Tape still popular for enterprise storage
Flash, disc and cloud all have their place, but many firms can't ever see themselves dispensing with good old-fashioned tape
Tape is still a popular storage strategy for enterprises for certain use cases, despite the variety of alternatives - including flash, disc and outsourcing to the cloud - available today.
Most, like the Salvation Army, use tape for 'cold' data, that is information which is unlikely to be accessed often, if at all.
"Four years ago we tried to get shot of tape but the economics to do it just didn't add up," said Phil Durbin, Head of IT Systems at the Salvation Army.
"We had to carefully consider the investment as we're a charity, so we're not spending our money, but money our supporters give to us out of their pockets," he added.
Durbin explained that the strategy at his organisation was to put most data onto disc, which worked well until they wanted to improve resilience, which ultimately meant that they needed twice as much tape.
"Then the economics just didn't add up. so we reverted to tape. We are looking at our storage strategy now, and part of that is our backup strategy. If the information can be offline, and well away from any need to access it in real-time, then there is still a position for tape, and we won't lose it in our backup strategy," said Durbin.
Durbin's view was reflected by Alex Chen, director at IBM, who explained that he still sees customers demanding tape for storage and backup.
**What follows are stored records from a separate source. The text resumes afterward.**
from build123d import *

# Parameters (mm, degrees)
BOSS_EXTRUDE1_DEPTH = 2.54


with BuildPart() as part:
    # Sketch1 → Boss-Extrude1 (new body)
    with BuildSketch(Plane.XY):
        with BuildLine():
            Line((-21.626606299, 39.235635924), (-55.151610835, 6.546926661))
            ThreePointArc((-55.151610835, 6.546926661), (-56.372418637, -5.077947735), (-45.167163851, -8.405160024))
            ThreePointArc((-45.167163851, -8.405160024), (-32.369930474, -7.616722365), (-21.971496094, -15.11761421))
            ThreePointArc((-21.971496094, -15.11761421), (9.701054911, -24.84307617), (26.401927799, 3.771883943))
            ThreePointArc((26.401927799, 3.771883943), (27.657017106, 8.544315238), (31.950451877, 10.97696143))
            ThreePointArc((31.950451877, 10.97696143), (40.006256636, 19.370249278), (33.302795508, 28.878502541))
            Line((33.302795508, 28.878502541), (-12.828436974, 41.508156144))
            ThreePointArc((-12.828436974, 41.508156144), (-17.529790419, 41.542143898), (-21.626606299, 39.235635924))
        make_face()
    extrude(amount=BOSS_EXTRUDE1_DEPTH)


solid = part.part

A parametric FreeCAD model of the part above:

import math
import FreeCAD as App
import Part
import Sketcher
from FreeCAD import Vector
Q = App.Units.Quantity

doc = App.newDocument("Part")
body = doc.addObject("PartDesign::Body", "Body")

# Sketch on XY plane
sketch1 = body.newObject("Sketcher::SketchObject", "Sketch")
sketch1.AttachmentSupport = (doc.getObject("XY_Plane"), [""])
sketch1.MapMode = "FlatFace"
sketch1.addGeometry([
    Part.LineSegment(Vector(-22, 39, 0), Vector(-55, 7, 0)),  # 0
    Part.ArcOfCircle(Part.Circle(Vector(-49, 0, 0), Vector(0, 0, 1), 9), math.radians(134), math.radians(293)),  # 1
    Part.ArcOfCircle(Part.Circle(Vector(-38, -26, 0), Vector(0, 0, 1), 19), math.radians(35), math.radians(113)),  # 2
    Part.ArcOfCircle(Part.Circle(Vector(0, 0, 0), Vector(0, 0, 1), 27), math.radians(-145), math.radians(8)),  # 3
    Part.ArcOfCircle(Part.Circle(Vector(33, 5, 0), Vector(0, 0, 1), 6), math.radians(97), math.radians(188)),  # 4
    Part.ArcOfCircle(Part.Circle(Vector(31, 20, 0), Vector(0, 0, 1), 9), math.radians(-83), math.radians(75)),  # 5
    Part.LineSegment(Vector(33, 29, 0), Vector(-13, 42, 0)),  # 6
    Part.ArcOfCircle(Part.Circle(Vector(-15, 33, 0), Vector(0, 0, 1), 9), math.radians(75), math.radians(134)),  # 7
], False)
sketch1.addConstraint([
    Sketcher.Constraint("Tangent", 0, 2, 1, 1),
    Sketcher.Constraint("Tangent", 1, 2, 2, 2),
    Sketcher.Constraint("Tangent", 2, 1, 3, 1),
    Sketcher.Constraint("Tangent", 3, 2, 4, 2),
    Sketcher.Constraint("Tangent", 4, 1, 5, 1),
    Sketcher.Constraint("Tangent", 5, 2, 6, 1),
    Sketcher.Constraint("Tangent", 6, 2, 7, 1),
    Sketcher.Constraint("Tangent", 7, 2, 0, 1),
    Sketcher.Constraint("Coincident", 3, 3, -1, 1),
    Sketcher.Constraint("Equal", 1, 5),
    Sketcher.Constraint("Equal", 5, 7),
    Sketcher.Constraint("PointOnObject", 1, 3, -1),
    Sketcher.Constraint("Radius", 1, Q("0.36 in")),
    Sketcher.Constraint("Radius", 2, Q("0.75 in")),
    Sketcher.Constraint("Radius", 3, Q("1.05 in")),
    Sketcher.Constraint("Radius", 4, Q("0.25 in")),
    Sketcher.Constraint("DistanceX", 1, 3, -1, 1, Q("1.92 in")),
    Sketcher.Constraint("Distance", 0, Q("46.8239 mm")),
    Sketcher.Constraint("DistanceX", -1, 1, 4, 3, Q("32.688101 mm")),
    Sketcher.Constraint("DistanceY", 5, 3, 6, 2, Q("21.4491 mm")),
    Sketcher.Constraint("Distance", 6, Q("47.828849 mm")),
])
pad1 = body.newObject("PartDesign::Pad", "Pad")
pad1.Profile = sketch1
pad1.Length = Q("0.1 in")

doc.recompute()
"The death of tape has been greatly exagerrated," said Chen. "We still sell tape storage and it's growing. It's like a penny a gigabyte and you don't have to spend anything on electricity. Flash is still five to ten times more expensive than disc. If you have data you won't use unless you can afford the recall time, tape is still the lowest cost media."
Durbin added that one of the challenges he needs to address is how to reduce the time it takes to perform backups as the volume of data he needs to store increases.
This chimes with recent Computing research. When asked to rank a list of operational issues as they apply to data storage provisioning and management, respondents listed the time to make backups as the chief pain point, over such issues as capacity, performance and complexity.
The research also examined the benefits of software-defined storage, and asked why the technology is proving slow to take off amongst UK organisations.